Created attachment 603346 [details]
Program to reproduce bug
This c program will reproduce the bug by creating 300,000 files in ./td
watch -n 10 'ls -1 ./td | sort | uniq | wc -l; ls -1 ./td | wc -l'
and you will eventually see duplicate files and get the error:
ls: reading directory ./td: Too many levels of symbolic links
It is unclear to me which versions of EL have this fix applied. I am expecting to install a new OS on our NFS server running Fedora 14 (long overdue, I know, but if it works... well now it doesn't) to correct this issue, but I need to be sure the OS I install has the necessary patches. If I understand correctly, installing RHEL6 will NOT correct the problem? Or does "It is still present [...] in RHEL 6" refer to the client side so RHEL6 on the server would do the trick? How about RHEL5? Or am I stuck with Fedora? If so, which version?
I feel like this might be the wrong place to make this request, but it seems to me that this information should be recorded here. I appologize in advance if I am violating the convention. Please correct me if I have.
Alan, I have tried the following configurations:
Server | Client | NFS Bug
RHEL 6 | RHEL 6 | Yes
RHEL 6 | Fedora 16 | Yes
Fedora 16 | Fedora 16 | No
Note, however, that I only see the problem in directories with lots of files (say 200,000) so it may not be noticeable with typical use.
Yes, we have had the same problem with a directory continaing almost 160K files, while the thousands of other directories in the same share have had no issues so far. Our server is Fedora 14 and the clients I have reproduced the issue on include Fedora 14, CentOS 6, and Ubuntu 11.10. Of course, our RHEL 6 clients should behave the same, but I don't think I directly tested them.

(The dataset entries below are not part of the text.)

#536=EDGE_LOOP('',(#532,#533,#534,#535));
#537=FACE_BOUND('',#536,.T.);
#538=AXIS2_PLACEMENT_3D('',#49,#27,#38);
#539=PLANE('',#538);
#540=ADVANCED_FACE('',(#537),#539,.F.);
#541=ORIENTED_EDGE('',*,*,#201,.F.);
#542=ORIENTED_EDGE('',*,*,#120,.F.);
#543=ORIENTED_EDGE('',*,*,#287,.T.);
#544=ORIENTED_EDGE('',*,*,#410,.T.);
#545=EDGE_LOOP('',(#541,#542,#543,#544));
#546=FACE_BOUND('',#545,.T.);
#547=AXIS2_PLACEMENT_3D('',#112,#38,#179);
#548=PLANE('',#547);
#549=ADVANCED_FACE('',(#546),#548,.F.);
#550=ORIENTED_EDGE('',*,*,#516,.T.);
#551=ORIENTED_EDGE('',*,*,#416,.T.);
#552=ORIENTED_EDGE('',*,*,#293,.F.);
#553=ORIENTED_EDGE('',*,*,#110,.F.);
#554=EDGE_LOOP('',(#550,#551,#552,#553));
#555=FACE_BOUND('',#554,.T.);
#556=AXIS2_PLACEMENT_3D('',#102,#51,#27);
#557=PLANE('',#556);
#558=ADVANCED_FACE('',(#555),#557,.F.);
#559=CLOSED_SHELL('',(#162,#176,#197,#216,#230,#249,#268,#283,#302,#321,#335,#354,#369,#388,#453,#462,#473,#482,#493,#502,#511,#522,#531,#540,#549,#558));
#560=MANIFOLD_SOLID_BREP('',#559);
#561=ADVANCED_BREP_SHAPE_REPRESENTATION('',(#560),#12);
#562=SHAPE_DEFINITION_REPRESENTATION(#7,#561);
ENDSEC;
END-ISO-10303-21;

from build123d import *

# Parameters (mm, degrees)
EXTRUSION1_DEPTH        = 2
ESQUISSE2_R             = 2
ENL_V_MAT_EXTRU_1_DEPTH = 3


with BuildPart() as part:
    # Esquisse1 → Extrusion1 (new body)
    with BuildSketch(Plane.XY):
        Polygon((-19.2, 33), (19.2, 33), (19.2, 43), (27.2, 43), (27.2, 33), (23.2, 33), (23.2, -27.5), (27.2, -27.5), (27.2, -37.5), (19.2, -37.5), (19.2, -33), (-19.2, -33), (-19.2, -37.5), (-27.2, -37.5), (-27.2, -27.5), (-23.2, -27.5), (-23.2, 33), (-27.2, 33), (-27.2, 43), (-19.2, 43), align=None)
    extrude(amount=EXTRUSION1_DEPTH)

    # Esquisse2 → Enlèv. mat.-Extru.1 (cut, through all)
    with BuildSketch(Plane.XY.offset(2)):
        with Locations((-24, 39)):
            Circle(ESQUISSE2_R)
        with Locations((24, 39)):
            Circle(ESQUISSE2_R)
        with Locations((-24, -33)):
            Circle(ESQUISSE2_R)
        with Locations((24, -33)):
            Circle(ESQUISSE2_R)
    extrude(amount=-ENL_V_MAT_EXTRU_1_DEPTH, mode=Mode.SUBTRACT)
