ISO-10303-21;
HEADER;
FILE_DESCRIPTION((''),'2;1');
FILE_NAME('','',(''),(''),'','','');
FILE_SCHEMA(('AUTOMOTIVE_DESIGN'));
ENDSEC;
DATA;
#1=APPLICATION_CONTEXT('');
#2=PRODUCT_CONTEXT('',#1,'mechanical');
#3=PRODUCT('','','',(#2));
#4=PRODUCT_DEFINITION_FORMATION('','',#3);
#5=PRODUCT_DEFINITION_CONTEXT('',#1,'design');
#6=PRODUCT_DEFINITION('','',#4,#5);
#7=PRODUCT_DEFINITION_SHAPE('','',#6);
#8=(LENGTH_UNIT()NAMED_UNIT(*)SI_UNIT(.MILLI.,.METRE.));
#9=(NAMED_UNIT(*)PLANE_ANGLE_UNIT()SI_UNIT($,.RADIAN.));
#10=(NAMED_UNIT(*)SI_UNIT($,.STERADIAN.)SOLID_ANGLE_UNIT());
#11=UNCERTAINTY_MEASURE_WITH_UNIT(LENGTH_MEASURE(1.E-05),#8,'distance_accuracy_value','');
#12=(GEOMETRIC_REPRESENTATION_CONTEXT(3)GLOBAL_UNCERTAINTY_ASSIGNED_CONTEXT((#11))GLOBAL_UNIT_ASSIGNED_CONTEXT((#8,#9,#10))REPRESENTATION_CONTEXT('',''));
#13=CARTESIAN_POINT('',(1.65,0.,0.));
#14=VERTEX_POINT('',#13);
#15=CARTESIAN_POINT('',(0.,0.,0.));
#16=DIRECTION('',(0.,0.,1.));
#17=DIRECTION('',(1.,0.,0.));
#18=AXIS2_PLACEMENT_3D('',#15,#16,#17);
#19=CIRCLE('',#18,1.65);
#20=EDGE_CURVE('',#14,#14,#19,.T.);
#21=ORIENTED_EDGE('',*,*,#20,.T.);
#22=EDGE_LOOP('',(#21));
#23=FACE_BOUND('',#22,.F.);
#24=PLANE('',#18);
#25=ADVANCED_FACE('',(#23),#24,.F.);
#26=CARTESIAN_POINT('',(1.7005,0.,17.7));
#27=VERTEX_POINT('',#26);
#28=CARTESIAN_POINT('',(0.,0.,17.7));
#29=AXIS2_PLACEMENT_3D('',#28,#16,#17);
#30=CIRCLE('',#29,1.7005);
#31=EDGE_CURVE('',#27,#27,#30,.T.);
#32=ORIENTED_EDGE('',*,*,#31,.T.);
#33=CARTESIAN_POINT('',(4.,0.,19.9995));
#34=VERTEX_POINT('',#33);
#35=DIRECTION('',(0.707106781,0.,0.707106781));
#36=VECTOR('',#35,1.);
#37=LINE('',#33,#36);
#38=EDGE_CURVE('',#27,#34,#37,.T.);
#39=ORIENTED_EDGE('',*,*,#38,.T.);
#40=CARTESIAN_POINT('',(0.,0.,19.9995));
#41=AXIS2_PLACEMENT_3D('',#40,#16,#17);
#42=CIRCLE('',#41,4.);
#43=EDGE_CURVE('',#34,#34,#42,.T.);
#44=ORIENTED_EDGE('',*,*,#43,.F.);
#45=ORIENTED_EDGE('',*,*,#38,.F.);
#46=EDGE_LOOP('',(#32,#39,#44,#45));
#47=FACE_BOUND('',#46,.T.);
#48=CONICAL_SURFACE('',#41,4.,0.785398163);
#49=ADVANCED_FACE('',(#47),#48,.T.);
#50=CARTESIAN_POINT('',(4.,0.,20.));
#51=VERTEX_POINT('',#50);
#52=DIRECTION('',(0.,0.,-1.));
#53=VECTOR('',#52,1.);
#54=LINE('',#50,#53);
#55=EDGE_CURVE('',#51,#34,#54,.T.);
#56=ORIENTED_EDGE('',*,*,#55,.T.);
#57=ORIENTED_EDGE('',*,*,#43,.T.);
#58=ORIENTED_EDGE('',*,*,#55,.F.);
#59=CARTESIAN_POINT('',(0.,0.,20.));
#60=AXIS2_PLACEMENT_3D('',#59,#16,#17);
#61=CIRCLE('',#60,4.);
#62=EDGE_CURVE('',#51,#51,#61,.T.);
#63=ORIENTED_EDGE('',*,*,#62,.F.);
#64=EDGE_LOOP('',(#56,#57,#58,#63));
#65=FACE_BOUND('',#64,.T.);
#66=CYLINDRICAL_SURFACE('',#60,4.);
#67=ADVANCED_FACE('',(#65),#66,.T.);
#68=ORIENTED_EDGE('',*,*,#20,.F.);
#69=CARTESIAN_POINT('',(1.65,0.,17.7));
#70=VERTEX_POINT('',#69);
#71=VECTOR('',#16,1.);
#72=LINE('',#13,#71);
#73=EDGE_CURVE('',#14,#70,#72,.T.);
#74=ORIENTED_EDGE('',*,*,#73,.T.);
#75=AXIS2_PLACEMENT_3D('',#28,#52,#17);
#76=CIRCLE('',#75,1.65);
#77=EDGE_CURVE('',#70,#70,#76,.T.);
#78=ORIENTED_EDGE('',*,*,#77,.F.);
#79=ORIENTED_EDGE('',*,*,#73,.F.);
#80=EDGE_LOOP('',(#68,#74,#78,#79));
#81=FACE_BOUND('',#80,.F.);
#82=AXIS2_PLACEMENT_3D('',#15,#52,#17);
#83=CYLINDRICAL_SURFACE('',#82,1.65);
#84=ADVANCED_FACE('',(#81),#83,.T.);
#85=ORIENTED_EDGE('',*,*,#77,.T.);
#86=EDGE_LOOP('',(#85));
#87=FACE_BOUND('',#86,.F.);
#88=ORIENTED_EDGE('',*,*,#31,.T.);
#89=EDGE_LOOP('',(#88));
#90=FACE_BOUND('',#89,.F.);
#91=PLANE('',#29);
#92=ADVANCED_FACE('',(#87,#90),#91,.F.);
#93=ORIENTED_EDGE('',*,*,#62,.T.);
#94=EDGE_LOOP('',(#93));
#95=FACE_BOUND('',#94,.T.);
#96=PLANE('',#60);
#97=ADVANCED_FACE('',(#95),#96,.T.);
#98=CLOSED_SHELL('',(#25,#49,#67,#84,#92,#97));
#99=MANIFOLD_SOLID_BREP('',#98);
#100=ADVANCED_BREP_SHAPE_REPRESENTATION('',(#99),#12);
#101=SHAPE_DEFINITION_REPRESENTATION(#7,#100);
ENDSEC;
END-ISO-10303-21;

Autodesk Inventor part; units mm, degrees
ref_plane "YZ Plane" through (0, 0, 0) normal (1, 0, 0) x (0, 1, 0)
ref_plane "XZ Plane" through (0, 0, 0) normal (0, 1, 0) x (-1, 0, 0)
ref_plane "XY Plane" through (0, 0, 0) normal (0, 0, 1) x (1, 0, 0)
sketch "スケッチ1" plane through (0, 0, 0) normal (0, 0, 1) x (1, 0, 0)
  circle A0 centre (0, 0) radius 1.65
  dimension "d0" = 3.3
extrude "押し出し1" add sketch "スケッチ1" along normal blind 20
sketch "スケッチ2" plane through (0, 0, 20) normal (0, 0, 1) x (1, 0, 0)
  circle A0 centre (0, 0) radius 4
  dimension "d3" = 8
extrude "押し出し2" add sketch "スケッチ2" against normal blind 2.3
chamfer "面取り1" distance 2.3 angle 45 1 edges at (-4, 0, 17.7)
thread "ねじ1" size "M3.5x0.6" class "6g" standard "ANSI Metric M Profile" full length
properties part number "ネジ皿m4,20" material "鋼、高強度、低合金"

This is consistant with your table which suggests a server side patch would fix it.
Things have calmed down on this issue recently, so I'm hoping a patch for RHEL 6 comes out before people start getting antsy again. =)
I came a cross this problem and searched the web till I came here, I try to rsync a directory which has thousands of files and it gave me that error as you reported.
My client is Centos 6.3 kernel 2.6.32-279.11.1.el6.x86_64 EXT4
My NFS server is Centos 5.6 kernel 2.6.32 EXT3
I rysnced the same directory successfully before but NFS was mounted UDP and not TCP like this time, Will this make any difference? Anyway I will try to rsync this directory again over UDP or by trying the cp command instead of rsync may it works.
*** This bug has been marked as a duplicate of bug 813070 ***
I am told that I am not authorized to access bug 813070. How can I track progress on this issue?
If you have a RHEL subscription, you should work with your RH support people to track when it will land in your supported kernel.
Of course, we always push fixes upstream as well if you are self-supporting.
This is a very similar bug to a bug I've discovered in the latest Centos 5.9 kernel. Without knowing where to post a problem, I'll try here. Please checkout this discussion thread:
Kernel 2.6.18-348.el5 always reproduces this horrendous bug. previous kernels do not appear have this bug.
Please appropriately place this bug comment where it make sense.
Me too. I just run into a similar problem. Don't know, if it is the same, but with kernel 2.6.18-348 i immediately cannot mount from LTSP-4 clients (using kernel 2.4.26) to the 5.9 server. A ls commands return emtpy, X11 looking for modules to load fail with "doesn't exist".
Reverting to kernel 2.6.18-308.24.1.el5 brings back the old functionality.
I can confirm this behaviour as well with a RHEL 5.9 server and a Fedora 18 client. Like Rudolf, reverting to kernel 2.6.18-308.16.1 fixes the issue.
I meant to comment on the main bug instead of this duplicate, but I don't have access to it.